Dans une étude publiée récemment dans Nature Astronomy, des astronomes révèlent la découverte d’un groupe d’au moins 70 planètes errantes (c’est-à-dire dépourvues d’étoiles hôtes) dans notre galaxie, en épluchant 20 ans de données issues de différents télescopes.
L’espace est un cimetière d’objets dérivants. Depuis les années 2000, les scientifiques ont ajouté aux satellites abandonnés par les hommes les planètes errantes, ou planètes vagabondes. Elles flottent dans l’espace interstellaire, libres de toute attache gravitationnelle puisqu’elles ne sont liées à aucune étoile.
Ces planètes errantes ont une masse comparable à celles de notre système solaire mais restent des objets cosmiques insaisissables qui intriguent les scientifiques. Une équipe de chercheurs européens vient pourtant de découvrir un groupe d’au moins 70 de ces nomades galactiques, dont certains ont une taille similaire à celle de Jupiter.
Étude de minuscules mouvements, de couleurs et de luminosité
Peu lumineuses parce que loin d’une étoile, ces planètes vagabondes sont difficiles à imager. Aussi, l’équipe a cherché à localiser les plus jeunes d’entre elles. En effet, encore quelques millions d’années après leur naissance, les planètes restent suffisamment chaudes pour briller encore un peu. Ainsi, elles peuvent être détectables par les capteurs sensibles des grands télescopes.
« Nous avons mesuré les minuscules mouvements, les couleurs et les luminosités de dizaines de millions de sources dans une vaste zone du ciel », explique Núria Miret-Roig, astronome au Laboratoire d’Astrophysique de Bordeaux (France) et à l’Université de Vienne (Autriche).
Les chercheurs ont compilé 20 ans de données issues de différents télescopes : le Very Large Telescope (VLT) de l’Observatoire européen austral, le Visible and Infared Survey Telescope for Astronomy (VISTA), le VLT Survey Telescope (VST) et le télescope MPG/ESO de 2,2 mètres situé au Chili.
« La grande majorité de nos données proviennent des observatoires de l’ESO (observatoire européen austral), qui étaient absolument essentiels pour cette étude. Leur large champ de vision et leur sensibilité unique ont été les clés de notre succès », explique Hervé Bouy, astronome au Laboratoire d’Astrophysique de Bordeaux (France) et chef de projet de la nouvelle recherche. « Nous avons utilisé des dizaines de milliers d’images à grand champ provenant des installations de l’ESO, correspondant à des centaines d’heures d’observations et littéralement à des dizaines de téraoctets de données ».
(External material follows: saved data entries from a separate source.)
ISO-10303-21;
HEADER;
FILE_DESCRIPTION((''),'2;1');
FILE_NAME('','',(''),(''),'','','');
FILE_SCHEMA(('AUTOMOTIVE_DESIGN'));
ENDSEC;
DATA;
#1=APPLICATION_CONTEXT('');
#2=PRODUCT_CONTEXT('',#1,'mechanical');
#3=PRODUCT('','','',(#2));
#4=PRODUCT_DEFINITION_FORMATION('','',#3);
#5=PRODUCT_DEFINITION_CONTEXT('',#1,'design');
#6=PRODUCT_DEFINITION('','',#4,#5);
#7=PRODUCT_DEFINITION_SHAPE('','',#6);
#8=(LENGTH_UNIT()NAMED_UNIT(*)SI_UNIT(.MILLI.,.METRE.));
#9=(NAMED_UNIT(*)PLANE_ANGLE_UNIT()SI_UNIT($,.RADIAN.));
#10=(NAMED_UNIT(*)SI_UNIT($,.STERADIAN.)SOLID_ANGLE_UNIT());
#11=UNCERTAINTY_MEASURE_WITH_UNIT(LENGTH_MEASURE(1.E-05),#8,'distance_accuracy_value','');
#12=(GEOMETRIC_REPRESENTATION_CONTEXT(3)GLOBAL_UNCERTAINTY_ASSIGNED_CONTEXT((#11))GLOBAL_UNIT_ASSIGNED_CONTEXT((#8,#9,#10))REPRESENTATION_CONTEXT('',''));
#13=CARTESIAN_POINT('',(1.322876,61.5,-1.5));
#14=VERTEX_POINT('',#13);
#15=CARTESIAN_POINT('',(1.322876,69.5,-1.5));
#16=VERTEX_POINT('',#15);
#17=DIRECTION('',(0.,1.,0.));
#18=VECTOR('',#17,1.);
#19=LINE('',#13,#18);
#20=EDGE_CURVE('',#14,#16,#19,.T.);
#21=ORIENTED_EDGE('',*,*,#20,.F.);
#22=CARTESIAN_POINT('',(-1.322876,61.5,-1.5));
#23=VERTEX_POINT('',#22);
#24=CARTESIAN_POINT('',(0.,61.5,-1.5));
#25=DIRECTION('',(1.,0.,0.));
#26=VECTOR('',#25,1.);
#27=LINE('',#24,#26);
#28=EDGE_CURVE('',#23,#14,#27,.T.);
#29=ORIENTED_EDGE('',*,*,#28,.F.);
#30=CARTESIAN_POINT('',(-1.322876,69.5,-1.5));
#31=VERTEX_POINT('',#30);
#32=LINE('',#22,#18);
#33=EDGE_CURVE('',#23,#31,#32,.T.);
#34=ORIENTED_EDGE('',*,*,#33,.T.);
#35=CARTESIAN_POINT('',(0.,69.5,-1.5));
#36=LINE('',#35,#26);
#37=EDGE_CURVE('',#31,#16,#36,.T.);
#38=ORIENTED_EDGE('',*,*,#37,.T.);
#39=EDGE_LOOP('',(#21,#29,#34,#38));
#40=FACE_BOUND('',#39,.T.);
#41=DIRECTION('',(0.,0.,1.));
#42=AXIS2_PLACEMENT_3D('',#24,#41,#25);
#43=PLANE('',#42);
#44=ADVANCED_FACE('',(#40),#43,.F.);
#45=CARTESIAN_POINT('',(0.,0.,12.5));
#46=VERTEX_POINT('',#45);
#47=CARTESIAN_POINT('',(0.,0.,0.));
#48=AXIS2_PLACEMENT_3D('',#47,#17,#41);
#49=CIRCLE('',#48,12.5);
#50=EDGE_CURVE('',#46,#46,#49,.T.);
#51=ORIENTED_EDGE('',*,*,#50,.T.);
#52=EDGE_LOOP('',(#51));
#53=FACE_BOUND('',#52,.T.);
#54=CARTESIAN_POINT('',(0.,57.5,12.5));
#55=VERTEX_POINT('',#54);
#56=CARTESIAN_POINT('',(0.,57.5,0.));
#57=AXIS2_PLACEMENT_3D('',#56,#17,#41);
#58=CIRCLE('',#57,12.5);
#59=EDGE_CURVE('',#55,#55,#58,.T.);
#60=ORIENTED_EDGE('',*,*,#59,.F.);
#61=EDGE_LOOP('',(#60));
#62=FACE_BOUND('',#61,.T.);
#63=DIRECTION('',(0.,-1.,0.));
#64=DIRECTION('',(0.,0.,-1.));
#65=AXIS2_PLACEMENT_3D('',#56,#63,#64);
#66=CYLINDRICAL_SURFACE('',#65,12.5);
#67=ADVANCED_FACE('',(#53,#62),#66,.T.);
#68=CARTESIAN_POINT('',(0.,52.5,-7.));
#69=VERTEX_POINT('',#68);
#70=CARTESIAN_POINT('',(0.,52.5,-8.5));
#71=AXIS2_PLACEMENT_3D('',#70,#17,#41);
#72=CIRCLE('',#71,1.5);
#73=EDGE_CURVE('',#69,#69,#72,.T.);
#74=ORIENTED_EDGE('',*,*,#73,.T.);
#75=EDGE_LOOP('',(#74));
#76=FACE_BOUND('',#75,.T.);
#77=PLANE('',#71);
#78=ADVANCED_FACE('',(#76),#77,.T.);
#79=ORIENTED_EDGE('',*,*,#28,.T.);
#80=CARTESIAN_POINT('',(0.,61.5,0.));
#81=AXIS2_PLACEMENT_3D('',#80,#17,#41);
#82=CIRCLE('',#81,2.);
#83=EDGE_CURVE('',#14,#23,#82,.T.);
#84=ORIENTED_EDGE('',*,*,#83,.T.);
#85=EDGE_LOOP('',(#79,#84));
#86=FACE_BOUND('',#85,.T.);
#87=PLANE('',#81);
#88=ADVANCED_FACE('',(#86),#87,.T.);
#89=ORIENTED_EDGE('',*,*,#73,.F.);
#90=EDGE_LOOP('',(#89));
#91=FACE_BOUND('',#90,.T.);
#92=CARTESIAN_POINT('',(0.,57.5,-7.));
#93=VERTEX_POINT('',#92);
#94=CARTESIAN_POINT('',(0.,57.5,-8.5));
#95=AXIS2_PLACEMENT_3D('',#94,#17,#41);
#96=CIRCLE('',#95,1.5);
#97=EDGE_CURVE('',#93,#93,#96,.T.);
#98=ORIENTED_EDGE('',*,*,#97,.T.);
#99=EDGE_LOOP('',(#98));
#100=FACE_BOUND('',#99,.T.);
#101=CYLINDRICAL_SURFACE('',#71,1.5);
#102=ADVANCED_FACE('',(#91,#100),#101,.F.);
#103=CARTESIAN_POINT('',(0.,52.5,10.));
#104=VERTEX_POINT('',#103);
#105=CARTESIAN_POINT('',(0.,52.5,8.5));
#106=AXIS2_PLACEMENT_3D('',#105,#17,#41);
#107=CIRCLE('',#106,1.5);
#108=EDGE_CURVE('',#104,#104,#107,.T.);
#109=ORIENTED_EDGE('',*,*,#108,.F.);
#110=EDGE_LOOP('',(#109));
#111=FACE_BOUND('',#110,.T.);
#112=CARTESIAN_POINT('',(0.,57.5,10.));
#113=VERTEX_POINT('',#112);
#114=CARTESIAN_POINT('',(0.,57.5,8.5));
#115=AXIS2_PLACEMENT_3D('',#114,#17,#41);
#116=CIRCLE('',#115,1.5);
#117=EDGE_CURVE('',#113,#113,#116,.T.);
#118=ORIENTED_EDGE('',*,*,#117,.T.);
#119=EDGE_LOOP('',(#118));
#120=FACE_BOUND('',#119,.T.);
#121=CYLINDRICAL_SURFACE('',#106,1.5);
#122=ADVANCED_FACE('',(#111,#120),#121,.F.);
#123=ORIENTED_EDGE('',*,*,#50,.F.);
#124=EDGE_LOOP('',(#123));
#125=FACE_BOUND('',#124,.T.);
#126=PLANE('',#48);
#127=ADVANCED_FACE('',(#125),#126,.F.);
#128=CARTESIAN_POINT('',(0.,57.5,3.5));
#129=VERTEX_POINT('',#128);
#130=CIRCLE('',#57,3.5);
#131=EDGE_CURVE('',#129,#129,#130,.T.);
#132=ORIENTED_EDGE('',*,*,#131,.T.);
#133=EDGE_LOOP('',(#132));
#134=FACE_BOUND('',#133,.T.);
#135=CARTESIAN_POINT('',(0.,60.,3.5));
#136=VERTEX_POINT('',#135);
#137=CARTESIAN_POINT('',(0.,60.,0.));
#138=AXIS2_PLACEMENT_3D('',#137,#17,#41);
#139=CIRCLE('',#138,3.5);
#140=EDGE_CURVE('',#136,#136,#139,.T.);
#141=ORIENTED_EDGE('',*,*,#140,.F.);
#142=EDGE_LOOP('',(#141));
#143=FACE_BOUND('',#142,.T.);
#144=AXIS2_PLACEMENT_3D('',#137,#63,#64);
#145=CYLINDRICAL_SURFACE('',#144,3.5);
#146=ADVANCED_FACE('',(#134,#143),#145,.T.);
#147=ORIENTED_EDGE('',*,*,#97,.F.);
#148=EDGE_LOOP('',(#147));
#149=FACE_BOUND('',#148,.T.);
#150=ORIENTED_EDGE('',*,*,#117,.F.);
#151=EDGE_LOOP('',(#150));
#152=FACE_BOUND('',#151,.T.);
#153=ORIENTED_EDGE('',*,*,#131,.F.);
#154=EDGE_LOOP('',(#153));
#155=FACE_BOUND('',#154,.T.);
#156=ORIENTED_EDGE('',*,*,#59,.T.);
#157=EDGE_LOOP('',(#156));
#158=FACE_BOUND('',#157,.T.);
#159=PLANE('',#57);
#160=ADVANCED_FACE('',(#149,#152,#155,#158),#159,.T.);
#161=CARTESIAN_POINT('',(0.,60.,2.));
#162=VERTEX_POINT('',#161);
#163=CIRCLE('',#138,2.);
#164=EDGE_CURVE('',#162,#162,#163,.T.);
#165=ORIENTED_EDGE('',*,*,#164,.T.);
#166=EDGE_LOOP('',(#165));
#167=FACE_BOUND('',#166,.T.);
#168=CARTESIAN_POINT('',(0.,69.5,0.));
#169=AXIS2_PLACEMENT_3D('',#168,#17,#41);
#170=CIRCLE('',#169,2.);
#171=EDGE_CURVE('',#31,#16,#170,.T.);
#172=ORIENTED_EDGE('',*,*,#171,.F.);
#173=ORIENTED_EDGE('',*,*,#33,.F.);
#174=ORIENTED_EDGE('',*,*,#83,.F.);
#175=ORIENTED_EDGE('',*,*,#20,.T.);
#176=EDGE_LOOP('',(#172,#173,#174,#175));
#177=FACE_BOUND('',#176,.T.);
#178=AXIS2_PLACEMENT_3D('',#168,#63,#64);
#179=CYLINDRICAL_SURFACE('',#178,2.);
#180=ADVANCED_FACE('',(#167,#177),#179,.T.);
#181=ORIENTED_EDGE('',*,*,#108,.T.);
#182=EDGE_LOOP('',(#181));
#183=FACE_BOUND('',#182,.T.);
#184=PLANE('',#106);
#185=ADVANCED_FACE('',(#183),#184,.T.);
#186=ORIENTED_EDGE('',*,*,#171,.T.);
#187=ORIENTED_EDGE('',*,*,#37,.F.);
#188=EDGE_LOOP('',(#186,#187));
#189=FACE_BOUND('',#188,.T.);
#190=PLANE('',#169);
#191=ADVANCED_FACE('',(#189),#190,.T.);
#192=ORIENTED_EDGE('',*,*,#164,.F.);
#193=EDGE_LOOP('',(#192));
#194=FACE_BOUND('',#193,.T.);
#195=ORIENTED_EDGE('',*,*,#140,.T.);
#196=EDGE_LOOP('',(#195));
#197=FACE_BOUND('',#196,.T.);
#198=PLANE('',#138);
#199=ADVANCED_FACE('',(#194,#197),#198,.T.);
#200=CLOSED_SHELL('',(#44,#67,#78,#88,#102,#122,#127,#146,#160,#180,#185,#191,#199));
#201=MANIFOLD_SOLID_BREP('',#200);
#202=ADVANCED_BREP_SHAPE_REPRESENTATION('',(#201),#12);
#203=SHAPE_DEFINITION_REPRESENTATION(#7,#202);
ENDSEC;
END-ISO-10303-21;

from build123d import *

# Parameters (mm, degrees)
SKETCH_1_R          = 12.5
EXTRUDE_1_DEPTH     = 57.5
SKETCH_2_R          = 3.5
EXTRUDE_2_DEPTH     = 2.5
SKETCH_3_R          = 2
EXTRUDE_3_DEPTH     = 9.5
CUT_EXTRUDE_1_DEPTH = 8
SKETCH_5_R          = 1.5
CUT_EXTRUDE_2_DEPTH = 5


with BuildPart() as part:
    # 草图1 → 凸台-拉伸1 (new body)
    with BuildSketch(Plane(origin=(0, 0, 0), x_dir=(1, 0, 0), z_dir=(0, 1, 0))):
        with Locations(Location((0, 0, 0), (0, 0, 270))):
            Circle(SKETCH_1_R)
    extrude(amount=EXTRUDE_1_DEPTH)

    # 草图2 → 凸台-拉伸2 (add)
    with BuildSketch(Plane(origin=(0, 57.5, 0), x_dir=(1, 0, 0), z_dir=(0, 1, 0))):
        with Locations(Location((0, 0, 0), (0, 0, 270))):
            Circle(SKETCH_2_R)
    extrude(amount=EXTRUDE_2_DEPTH)

    # 草图3 → 凸台-拉伸3 (add)
    with BuildSketch(Plane(origin=(0, 60, 0), x_dir=(1, 0, 0), z_dir=(0, 1, 0))):
        with Locations(Location((0, 0, 0), (0, 0, 270))):
            Circle(SKETCH_3_R)
    extrude(amount=EXTRUDE_3_DEPTH)

    # 草图4 → 切除-拉伸1 (cut)
    with BuildSketch(Plane(origin=(0, 69.5, 0), x_dir=(1, 0, 0), z_dir=(0, 1, 0))):
        Polygon((-50.671161076, 1.5), (-1.322875656, 1.5), (1.322875656, 1.5), (50.671161076, 1.5), (50.671161076, 100.196570842), (-50.671161076, 100.196570842), align=None)
    extrude(amount=-CUT_EXTRUDE_1_DEPTH, mode=Mode.SUBTRACT)

    # 草图5 → 切除-拉伸2 (cut)
    with BuildSketch(Plane(origin=(0, 57.5, 0), x_dir=(1, 0, 0), z_dir=(0, 1, 0))):
        with Locations(Location((0, 8.5, 0), (0, 0, 270))):
            Circle(SKETCH_5_R)
        with Locations(Location((0, -8.5, 0), (0, 0, 270))):
            Circle(SKETCH_5_R)
    extrude(amount=-CUT_EXTRUDE_2_DEPTH, mode=Mode.SUBTRACT)


solid = part.part
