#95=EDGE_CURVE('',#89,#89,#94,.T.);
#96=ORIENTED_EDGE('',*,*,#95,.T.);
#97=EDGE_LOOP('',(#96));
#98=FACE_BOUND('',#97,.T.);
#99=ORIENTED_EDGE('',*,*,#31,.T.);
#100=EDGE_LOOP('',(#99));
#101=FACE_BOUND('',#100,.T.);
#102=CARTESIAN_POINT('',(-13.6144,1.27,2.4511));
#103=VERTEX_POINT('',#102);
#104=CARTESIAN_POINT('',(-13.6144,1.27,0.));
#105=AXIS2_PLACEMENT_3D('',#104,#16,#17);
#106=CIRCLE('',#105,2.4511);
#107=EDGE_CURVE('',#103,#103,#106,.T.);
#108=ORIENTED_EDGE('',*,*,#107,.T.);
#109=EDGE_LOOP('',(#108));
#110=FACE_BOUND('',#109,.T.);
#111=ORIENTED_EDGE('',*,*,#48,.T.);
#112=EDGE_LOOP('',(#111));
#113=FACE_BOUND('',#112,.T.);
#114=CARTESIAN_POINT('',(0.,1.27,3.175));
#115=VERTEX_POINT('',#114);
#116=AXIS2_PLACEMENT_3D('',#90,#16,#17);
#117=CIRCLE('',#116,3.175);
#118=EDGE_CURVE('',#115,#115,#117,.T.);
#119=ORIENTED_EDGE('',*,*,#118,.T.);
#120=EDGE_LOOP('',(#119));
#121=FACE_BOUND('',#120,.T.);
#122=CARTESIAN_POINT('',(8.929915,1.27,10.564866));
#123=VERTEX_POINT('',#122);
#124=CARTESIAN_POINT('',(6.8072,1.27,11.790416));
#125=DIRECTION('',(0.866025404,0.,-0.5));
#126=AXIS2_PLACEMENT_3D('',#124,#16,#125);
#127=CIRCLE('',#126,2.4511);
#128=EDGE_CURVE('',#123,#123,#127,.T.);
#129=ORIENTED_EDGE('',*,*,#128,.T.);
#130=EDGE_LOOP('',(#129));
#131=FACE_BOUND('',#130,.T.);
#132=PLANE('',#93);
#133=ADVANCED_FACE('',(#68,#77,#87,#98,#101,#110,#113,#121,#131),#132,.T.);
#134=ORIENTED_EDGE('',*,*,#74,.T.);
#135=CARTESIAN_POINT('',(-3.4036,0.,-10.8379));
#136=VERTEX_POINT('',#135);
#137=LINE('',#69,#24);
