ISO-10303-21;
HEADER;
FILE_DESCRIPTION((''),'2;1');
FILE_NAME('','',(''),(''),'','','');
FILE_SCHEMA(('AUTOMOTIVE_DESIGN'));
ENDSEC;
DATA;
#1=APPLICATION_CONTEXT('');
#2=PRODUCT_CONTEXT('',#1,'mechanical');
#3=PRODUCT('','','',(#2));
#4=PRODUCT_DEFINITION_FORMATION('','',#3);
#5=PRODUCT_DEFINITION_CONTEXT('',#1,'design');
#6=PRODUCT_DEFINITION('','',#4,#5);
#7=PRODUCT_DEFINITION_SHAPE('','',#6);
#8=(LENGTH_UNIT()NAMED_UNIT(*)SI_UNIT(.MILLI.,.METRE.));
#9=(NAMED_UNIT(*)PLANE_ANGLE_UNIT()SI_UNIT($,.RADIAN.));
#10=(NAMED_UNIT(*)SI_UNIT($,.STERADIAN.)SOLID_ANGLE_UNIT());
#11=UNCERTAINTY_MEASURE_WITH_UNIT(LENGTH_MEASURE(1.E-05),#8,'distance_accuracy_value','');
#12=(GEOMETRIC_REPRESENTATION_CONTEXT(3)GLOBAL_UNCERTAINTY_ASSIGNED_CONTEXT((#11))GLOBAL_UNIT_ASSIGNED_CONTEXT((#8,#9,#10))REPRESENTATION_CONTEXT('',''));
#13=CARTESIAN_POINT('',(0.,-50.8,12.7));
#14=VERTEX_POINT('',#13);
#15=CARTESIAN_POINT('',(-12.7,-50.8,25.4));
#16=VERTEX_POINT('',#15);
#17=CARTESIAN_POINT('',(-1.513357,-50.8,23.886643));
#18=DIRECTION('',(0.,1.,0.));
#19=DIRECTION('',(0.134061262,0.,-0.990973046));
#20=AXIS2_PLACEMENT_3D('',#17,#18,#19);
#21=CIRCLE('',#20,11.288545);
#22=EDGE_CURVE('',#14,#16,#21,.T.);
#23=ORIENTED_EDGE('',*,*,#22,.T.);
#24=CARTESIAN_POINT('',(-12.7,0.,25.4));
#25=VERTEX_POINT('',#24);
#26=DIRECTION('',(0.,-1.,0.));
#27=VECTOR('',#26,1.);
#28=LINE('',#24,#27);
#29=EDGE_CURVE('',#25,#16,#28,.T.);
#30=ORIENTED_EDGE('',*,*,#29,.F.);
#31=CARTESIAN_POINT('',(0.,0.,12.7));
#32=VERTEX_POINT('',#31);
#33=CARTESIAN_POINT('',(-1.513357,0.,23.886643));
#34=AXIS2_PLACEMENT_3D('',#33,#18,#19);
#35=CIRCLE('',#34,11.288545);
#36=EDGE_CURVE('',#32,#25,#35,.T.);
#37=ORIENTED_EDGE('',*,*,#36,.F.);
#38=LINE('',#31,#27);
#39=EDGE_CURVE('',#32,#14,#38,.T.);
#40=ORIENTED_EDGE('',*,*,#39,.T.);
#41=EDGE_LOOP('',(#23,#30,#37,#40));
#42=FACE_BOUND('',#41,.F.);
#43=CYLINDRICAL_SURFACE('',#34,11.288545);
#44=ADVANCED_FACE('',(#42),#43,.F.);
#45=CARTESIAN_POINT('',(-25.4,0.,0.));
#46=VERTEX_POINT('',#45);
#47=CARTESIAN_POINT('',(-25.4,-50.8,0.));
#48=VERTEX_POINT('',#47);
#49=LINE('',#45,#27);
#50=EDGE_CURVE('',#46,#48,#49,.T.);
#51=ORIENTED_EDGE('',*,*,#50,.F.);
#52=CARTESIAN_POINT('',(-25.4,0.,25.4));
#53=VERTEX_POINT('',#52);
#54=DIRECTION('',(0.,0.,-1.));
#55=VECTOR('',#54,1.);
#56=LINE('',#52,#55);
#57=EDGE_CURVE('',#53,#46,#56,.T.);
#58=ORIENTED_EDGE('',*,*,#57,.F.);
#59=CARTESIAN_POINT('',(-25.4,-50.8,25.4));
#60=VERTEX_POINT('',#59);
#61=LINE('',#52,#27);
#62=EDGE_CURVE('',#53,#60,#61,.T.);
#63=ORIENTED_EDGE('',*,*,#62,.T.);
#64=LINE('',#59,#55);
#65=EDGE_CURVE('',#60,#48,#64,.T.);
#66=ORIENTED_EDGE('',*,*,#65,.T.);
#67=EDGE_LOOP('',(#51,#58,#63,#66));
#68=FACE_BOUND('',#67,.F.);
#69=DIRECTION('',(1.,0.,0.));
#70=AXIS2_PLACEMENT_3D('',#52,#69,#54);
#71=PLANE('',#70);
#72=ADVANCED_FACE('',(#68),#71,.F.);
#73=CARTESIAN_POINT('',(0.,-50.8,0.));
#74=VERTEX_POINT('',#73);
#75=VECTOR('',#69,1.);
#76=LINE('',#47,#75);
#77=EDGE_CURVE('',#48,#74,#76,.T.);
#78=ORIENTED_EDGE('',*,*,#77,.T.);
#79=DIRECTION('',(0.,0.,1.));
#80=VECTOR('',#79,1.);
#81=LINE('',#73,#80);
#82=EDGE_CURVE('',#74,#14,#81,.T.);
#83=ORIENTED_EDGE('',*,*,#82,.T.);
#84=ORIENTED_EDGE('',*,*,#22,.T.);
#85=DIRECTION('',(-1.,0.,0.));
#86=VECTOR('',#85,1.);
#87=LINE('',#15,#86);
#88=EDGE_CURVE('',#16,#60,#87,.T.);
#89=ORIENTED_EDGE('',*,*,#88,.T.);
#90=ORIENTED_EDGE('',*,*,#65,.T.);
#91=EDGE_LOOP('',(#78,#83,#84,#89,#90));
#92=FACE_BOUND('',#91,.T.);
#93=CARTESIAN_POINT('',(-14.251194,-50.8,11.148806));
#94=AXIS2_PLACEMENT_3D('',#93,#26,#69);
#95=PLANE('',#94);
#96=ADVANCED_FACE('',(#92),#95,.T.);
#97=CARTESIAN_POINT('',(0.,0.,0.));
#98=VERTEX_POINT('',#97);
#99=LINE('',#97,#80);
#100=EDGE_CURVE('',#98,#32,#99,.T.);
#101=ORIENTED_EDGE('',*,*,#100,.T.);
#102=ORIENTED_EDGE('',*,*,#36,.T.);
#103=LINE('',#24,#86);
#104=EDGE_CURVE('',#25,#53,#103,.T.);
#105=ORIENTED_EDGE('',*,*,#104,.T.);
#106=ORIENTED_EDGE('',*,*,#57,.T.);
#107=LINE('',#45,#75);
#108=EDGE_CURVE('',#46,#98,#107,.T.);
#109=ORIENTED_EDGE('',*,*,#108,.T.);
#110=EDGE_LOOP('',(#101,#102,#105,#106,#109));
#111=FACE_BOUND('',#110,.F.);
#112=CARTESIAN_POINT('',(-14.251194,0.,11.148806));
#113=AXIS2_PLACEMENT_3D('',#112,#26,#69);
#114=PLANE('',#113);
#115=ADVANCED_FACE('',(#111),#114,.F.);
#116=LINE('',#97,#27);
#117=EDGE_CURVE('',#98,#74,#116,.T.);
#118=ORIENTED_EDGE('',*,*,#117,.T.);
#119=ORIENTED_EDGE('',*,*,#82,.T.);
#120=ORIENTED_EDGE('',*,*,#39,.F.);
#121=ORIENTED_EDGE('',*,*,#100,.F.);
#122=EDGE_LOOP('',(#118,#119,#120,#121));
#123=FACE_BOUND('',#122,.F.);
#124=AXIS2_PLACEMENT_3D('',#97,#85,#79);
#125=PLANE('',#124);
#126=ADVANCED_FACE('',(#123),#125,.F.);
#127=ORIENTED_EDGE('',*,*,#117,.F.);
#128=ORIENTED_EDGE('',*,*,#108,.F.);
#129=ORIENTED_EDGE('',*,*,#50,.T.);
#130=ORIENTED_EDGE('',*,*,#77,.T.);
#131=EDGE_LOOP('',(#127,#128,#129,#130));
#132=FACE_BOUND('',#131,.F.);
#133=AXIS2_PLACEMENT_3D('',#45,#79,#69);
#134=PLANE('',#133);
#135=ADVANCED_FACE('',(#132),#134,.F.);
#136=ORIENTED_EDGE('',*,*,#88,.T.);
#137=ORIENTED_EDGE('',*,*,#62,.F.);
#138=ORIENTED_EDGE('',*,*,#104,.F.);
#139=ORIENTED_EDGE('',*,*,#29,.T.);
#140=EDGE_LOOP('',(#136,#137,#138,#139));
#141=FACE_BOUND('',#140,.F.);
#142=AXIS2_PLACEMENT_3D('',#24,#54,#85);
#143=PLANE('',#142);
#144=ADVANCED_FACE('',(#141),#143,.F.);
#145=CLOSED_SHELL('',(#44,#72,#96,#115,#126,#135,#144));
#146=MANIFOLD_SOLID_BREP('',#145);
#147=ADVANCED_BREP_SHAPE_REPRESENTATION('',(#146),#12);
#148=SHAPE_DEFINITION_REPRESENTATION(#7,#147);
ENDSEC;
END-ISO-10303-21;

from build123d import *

# Parameters (mm, degrees)
F1_DEPTH = 50.8


with BuildPart() as f1:
    # F0 (on Front) → F1 (new body)
    with BuildSketch(Plane.XZ):
        with BuildLine():
            Line((-25.4, 0), (0, 0))
            Line((0, 0), (0, 12.7))
            ThreePointArc((0, 12.7), (-9.495563, 15.904437), (-12.7, 25.4))
            Line((-12.7, 25.4), (-25.4, 25.4))
            Line((-25.4, 25.4), (-25.4, 0))
        make_face()
    extrude(amount=F1_DEPTH)


solid = f1.part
L’équipe s’est également servie du satellite Gaia de l’Agence spatiale européenne (ESA). Un succès pour la collaboration de télescopes terrestres et spatiaux afin de mieux comprendre l’Univers.
Potentiellement des « milliards de ces planètes géantes »
Ces travaux suggèrent qu’il pourrait y avoir de nombreuses planètes errantes, sans étoile, qui n’ont pas encore été découvertes. Le professeur Bouy estime qu’il pourrait s’agir de « milliards de planètes géantes qui flottent librement dans la Voie lactée ». Mais cette découverte est aussi une source d’indices pour comprendre la façon dont elles se développent.
Certains chercheurs pensent que les planètes vagabondes peuvent se former après l’effondrement d’un nuage de gaz trop petit pour former une étoile ou encore qu’elles ont été éjectées de leur système solaire et dérivent depuis. On ignore encore quelle hypothèse est la plus probable.
Les chercheurs espèrent que les nouvelles technologies, en particulier le prochain très grand télescope (ELT) de l’ESO, pourront leur permettre d’en savoir plus sur ces corps célestes mystérieux. L’ELT est actuellement en construction dans le désert chilien de l’Atacama et il devrait être opérationnel au cours de la décennie. « L’ELT sera absolument crucial pour recueillir plus d’informations sur la plupart des planètes errantes que nous avons trouvées », conclut Bouy.